Artificial Intelligence Engineer

Griot, Inc. • Full-time • New York City Metropolitan Area, US • 3m ago

About Us

We are an early-stage team building next-generation speech intelligence systems for underserved, oral-first language environments.

We are looking for a Founding AI Engineer who wants to build foundational systems from the ground up — not iterate on incremental features, but help define the architecture, training strategy, and production stack behind a new class of speech-native AI.

The Role

As our Founding AI Engineer, you will own the core speech modeling architecture and deployment strategy.

This is not a research-only position. This is end-to-end system ownership.

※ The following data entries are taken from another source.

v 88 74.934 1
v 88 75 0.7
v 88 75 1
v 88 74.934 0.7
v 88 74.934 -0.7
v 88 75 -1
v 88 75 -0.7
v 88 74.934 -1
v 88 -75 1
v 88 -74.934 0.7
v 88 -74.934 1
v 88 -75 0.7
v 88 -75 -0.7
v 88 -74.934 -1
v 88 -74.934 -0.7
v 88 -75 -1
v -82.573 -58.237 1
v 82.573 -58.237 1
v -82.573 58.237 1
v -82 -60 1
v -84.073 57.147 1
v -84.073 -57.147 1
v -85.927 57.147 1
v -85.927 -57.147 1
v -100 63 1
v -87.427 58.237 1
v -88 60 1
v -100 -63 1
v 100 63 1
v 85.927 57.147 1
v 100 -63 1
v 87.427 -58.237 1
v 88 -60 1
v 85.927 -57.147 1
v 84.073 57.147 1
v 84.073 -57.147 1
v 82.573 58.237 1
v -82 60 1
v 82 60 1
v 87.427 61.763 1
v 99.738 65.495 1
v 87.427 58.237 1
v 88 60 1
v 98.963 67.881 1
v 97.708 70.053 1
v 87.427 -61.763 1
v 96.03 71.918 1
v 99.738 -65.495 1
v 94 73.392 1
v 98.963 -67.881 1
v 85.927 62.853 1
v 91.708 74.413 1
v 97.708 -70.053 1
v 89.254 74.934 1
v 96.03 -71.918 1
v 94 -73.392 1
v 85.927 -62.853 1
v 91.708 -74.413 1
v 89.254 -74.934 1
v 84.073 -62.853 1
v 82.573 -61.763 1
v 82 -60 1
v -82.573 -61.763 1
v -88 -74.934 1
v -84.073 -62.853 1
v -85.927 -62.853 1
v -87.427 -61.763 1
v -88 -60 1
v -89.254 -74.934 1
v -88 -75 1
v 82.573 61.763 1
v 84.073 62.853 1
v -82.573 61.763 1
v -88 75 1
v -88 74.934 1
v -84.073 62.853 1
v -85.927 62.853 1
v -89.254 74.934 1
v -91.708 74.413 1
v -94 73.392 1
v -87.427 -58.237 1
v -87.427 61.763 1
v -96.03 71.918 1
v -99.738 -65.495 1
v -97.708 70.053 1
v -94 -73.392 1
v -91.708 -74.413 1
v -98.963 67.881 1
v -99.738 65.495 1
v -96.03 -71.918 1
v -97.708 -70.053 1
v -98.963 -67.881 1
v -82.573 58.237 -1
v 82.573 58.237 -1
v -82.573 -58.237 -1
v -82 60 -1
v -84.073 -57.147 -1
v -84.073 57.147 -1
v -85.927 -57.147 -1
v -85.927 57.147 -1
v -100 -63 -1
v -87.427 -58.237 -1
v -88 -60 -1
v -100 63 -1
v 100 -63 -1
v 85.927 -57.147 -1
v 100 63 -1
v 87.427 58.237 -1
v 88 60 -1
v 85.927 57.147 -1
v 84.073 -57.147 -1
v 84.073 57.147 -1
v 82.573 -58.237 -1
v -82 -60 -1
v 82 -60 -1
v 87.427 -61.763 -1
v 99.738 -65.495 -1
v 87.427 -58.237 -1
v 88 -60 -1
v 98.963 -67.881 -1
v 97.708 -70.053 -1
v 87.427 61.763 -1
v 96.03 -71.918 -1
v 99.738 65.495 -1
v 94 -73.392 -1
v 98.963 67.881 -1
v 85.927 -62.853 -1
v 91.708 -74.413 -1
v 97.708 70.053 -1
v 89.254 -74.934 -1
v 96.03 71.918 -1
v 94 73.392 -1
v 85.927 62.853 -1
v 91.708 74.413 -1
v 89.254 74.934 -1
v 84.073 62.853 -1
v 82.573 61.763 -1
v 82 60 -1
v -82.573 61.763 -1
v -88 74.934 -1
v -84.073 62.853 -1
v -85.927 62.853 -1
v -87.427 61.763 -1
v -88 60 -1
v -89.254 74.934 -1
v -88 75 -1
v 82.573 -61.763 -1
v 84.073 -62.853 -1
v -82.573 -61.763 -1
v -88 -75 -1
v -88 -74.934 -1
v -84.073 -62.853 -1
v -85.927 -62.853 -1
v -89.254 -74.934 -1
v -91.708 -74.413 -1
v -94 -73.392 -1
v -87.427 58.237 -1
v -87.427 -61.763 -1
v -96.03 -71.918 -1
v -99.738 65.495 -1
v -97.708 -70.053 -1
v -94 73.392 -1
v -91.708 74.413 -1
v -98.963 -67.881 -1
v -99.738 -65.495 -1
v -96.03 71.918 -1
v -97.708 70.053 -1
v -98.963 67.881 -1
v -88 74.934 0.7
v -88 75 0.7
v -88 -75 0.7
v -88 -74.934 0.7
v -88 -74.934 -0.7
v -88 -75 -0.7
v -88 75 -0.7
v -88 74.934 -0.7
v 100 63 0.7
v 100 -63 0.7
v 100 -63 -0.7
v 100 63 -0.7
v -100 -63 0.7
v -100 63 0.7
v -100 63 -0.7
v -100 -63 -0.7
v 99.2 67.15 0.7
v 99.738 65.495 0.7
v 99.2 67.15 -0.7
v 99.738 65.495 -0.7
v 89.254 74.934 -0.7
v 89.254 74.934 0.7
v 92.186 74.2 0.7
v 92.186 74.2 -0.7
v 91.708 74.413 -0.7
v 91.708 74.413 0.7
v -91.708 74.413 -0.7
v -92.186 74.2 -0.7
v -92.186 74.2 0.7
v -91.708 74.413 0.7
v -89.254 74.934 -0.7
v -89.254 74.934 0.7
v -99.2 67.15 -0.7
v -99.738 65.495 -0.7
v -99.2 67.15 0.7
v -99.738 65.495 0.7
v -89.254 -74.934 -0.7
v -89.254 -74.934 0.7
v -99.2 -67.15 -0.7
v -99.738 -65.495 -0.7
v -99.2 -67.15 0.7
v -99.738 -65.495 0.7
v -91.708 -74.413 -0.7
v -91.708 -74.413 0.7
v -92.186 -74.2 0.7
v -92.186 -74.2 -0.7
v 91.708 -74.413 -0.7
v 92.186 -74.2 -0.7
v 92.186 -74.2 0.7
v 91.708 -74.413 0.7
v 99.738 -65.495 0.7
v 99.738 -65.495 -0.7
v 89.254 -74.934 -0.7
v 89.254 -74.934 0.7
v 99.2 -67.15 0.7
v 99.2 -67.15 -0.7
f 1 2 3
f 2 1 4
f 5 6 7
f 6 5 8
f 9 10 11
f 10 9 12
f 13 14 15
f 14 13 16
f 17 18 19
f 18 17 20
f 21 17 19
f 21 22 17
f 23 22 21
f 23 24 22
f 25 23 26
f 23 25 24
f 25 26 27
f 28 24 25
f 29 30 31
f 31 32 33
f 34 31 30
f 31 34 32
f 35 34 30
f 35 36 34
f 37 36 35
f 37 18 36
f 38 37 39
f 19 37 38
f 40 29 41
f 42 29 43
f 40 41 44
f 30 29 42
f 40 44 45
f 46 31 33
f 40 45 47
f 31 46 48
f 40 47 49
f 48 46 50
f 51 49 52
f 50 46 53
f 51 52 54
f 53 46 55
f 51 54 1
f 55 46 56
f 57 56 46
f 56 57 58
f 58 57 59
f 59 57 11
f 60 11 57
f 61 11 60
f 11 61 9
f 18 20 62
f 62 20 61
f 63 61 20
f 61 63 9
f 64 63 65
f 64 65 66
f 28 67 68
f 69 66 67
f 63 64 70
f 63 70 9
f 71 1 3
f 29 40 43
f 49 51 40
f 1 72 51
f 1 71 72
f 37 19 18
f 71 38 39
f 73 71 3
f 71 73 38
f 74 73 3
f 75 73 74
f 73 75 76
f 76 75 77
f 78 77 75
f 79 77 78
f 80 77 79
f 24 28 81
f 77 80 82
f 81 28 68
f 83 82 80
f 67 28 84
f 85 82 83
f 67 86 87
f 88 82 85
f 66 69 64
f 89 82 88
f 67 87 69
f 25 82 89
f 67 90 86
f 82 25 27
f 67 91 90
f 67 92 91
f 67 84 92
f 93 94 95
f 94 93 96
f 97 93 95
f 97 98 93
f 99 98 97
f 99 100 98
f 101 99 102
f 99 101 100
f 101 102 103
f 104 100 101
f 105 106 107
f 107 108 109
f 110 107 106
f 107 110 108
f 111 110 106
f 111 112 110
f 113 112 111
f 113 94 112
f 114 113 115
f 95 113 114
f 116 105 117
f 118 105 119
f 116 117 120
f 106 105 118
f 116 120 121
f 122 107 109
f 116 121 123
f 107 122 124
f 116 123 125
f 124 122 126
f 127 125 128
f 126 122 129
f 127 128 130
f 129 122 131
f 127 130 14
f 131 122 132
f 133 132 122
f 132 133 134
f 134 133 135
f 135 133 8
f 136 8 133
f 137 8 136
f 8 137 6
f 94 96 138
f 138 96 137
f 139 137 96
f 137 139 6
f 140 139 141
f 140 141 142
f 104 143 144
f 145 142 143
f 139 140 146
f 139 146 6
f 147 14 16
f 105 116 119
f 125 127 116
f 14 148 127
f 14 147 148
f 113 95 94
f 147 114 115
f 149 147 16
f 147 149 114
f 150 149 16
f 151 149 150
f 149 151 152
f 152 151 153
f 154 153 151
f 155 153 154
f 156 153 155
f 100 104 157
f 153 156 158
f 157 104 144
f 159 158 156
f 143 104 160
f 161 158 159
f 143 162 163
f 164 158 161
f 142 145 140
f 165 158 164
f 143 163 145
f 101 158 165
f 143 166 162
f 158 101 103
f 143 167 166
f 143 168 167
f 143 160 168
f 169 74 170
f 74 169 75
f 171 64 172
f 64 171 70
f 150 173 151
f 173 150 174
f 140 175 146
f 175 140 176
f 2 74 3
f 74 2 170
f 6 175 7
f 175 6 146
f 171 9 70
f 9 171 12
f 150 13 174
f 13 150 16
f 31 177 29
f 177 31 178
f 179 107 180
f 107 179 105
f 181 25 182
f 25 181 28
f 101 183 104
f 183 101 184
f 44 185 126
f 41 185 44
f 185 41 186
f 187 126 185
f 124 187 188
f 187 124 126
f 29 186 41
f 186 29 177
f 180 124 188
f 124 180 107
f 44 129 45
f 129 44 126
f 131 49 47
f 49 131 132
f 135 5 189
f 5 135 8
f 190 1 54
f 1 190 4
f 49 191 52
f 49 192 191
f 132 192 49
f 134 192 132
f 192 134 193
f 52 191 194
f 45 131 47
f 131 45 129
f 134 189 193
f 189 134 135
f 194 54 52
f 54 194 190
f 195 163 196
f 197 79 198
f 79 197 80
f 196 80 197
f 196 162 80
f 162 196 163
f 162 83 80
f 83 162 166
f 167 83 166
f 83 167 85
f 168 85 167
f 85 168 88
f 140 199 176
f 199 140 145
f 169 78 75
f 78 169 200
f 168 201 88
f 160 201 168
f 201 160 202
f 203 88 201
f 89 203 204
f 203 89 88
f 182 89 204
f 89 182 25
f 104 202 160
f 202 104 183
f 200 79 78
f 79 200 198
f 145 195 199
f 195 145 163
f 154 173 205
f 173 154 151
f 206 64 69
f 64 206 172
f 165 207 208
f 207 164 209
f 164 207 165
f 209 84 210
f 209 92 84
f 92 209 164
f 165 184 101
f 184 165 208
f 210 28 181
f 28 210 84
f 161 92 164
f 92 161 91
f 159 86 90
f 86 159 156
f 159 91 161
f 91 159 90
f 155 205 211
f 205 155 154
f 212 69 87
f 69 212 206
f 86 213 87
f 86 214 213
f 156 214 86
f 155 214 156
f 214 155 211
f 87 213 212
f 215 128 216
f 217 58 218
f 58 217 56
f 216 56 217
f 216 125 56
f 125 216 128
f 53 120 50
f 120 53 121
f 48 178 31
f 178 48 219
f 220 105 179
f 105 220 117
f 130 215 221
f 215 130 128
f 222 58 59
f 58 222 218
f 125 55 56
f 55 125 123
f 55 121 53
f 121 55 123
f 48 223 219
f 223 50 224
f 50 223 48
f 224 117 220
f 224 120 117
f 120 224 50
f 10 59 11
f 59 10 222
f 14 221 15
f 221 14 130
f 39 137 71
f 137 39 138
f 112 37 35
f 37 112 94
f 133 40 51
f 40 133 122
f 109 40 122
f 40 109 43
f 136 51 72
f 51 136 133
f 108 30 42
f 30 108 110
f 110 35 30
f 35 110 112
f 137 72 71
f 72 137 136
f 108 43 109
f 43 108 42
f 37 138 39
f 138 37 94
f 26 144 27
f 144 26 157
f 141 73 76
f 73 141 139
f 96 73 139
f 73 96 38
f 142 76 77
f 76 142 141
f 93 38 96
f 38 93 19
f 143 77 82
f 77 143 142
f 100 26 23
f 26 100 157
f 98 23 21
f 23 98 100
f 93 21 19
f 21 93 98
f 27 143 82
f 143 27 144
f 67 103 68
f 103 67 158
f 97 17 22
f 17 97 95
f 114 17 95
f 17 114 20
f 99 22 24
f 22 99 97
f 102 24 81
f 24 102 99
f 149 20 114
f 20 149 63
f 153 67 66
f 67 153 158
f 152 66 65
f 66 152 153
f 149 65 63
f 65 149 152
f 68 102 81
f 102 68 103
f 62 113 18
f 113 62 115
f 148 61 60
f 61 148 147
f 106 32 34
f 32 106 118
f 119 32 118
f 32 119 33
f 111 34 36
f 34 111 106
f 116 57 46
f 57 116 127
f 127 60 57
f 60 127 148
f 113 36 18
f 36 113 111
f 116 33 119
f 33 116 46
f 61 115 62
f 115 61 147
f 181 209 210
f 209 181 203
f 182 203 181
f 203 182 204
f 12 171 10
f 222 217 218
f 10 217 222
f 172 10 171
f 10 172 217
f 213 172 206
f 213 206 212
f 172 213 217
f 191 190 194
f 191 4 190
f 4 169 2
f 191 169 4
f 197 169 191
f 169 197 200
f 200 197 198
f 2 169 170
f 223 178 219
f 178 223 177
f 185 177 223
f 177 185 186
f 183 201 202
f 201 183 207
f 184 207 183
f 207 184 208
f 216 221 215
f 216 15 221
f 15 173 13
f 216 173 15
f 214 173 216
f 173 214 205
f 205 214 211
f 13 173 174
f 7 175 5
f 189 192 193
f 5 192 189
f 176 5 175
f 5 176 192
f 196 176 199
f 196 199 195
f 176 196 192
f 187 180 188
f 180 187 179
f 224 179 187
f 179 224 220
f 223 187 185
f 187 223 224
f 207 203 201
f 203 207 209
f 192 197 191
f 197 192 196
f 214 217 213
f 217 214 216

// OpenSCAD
// Parameters
sheet_length = 200; //[100:400:1]
sheet_width = 150; //[75:300:1]
sheet_thickness = 2; //[1:6:0.5]
corner_radius = 12; //[6:24:1]
hole_diameter = 6; //[3:12:0.5]
hole_edge_margin = 15; //[8:30:1]
chamfer_size = 0.8; //[0.2:2:0.1]
chamfer_depth = 0.4; //[0.1:1.5:0.1]
eps_overlap = 1; //[0.5:2:0.1]

// Base shapes
module sheet_body_rect() {
  cube([sheet_length - 2*corner_radius, sheet_width, sheet_thickness], center=true);
}

module sheet_body_rect2() {
  cube([sheet_length, sheet_width - 2*corner_radius, sheet_thickness], center=true);
}

module rounded_corner_cyl(pos) {
  translate(pos)
    cylinder(r=corner_radius, h=sheet_thickness, center=true);
}

module mounting_hole(pos) {
  translate(pos)
    cylinder(r=hole_diameter/2, h=sheet_thickness + 2*eps_overlap, center=true);
}

module chamfer_outer_plate() {
  cube([sheet_length + 2*eps_overlap, sheet_width + 2*eps_overlap, chamfer_depth + eps_overlap], center=true);
}

module chamfer_inner_plate() {
  cube([sheet_length - 2*chamfer_size, sheet_width - 2*chamfer_size, chamfer_depth + 2*eps_overlap], center=true);
}

// Operations
module rounded_corners() {
  union() {
    sheet_body_rect();
    sheet_body_rect2();
    rounded_corner_cyl([sheet_length/2 - corner_radius, sheet_width/2 - corner_radius, 0]);
    rounded_corner_cyl([-sheet_length/2 + corner_radius, sheet_width/2 - corner_radius, 0]);
    rounded_corner_cyl([-sheet_length/2 + corner_radius, -sheet_width/2 + corner_radius, 0]);
    rounded_corner_cyl([sheet_length/2 - corner_radius, -sheet_width/2 + corner_radius, 0]);
  }
}

module mounting_holes() {
  union() {
    mounting_hole([sheet_length/2 - hole_edge_margin, sheet_width/2 - hole_edge_margin, 0]);
    mounting_hole([-sheet_length/2 + hole_edge_margin, sheet_width/2 - hole_edge_margin, 0]);
    mounting_hole([-sheet_length/2 + hole_edge_margin, -sheet_width/2 + hole_edge_margin, 0]);
    mounting_hole([sheet_length/2 - hole_edge_margin, -sheet_width/2 + hole_edge_margin, 0]);
  }
}

module chamfer_edges() {
  difference() {
    chamfer_outer_plate();
    chamfer_inner_plate();
  }
}

module sheet_minus_holes() {
  difference() {
    rounded_corners();
    mounting_holes();
  }
}

module sheet_minus_holes_minus_chamfer() {
  difference() {
    sheet_minus_holes();
    chamfer_edges();
  }
}

module final_model() {
  difference() {
    sheet_minus_holes_minus_chamfer();
    // Engraved label is ignored as per rules
  }
}

// Final output
color("Silver") final_model();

You will design, train, evaluate, and deploy models — and ensure they are production-ready, scalable, and appropriate for real-world use.

Key Responsibilities

Design, train, and evaluate text-to-speech models from scratch.
Build and optimize GPU-based training pipelines (single and multi-GPU).
Work directly with raw speech/audio datasets, including low-resource environments.
Improve pronunciation accuracy, tone, prosody, and perceptual naturalness.
Experiment with self-supervised acoustic encoders (HuBERT / wav2vec2-class models).
Explore discrete acoustic tokenization and speech-native representation learning.
Contribute to early-stage sound-to-sound architecture exploration.
Deploy trained models into production infrastructure.
Optimize models for inference latency, cost efficiency, and on-device execution.
Design thoughtful evaluation frameworks (MOS, perceptual scoring, robustness metrics).
Architect the broader system around the model — ensuring reliability, scalability, and maintainability.

Qualifications

Required

3+ years of experience in Machine Learning.
Strong proficiency in PyTorch.
Experience training models on GPU infrastructure.
Experience deploying ML systems into production.
Strong system design instincts and architectural judgment.
Ability to make pragmatic engineering tradeoffs between research ambition and production reality.
Ability to build robust, production-ready systems — not just research prototypes.
Comfort operating independently in early-stage environments.

Preferred

Experience with speech models (ASR, TTS, Speech Language Models).
Experience with self-supervised learning.
Experience with diffusion or flow-matching generative models.
Experience with discrete acoustic token pipelines.
Experience with ONNX, quantization, or model optimization.
Experience working with low-resource datasets.
A PhD is not required.
Big Tech background is not required.
Ownership, judgment, and execution matter most.

Why Join

Foundational technical ownership from day one.
Meaningful early-stage equity.
Direct collaboration with founders.
Real-world production deployment.
Opportunity to help shape both the model and the system around it.

Application Process

Please send:

Your GitHub.
A short note outlining your ML experience.
Links to any relevant speech or audio-related projects.
We are reviewing candidates on a rolling basis and moving thoughtfully but quickly.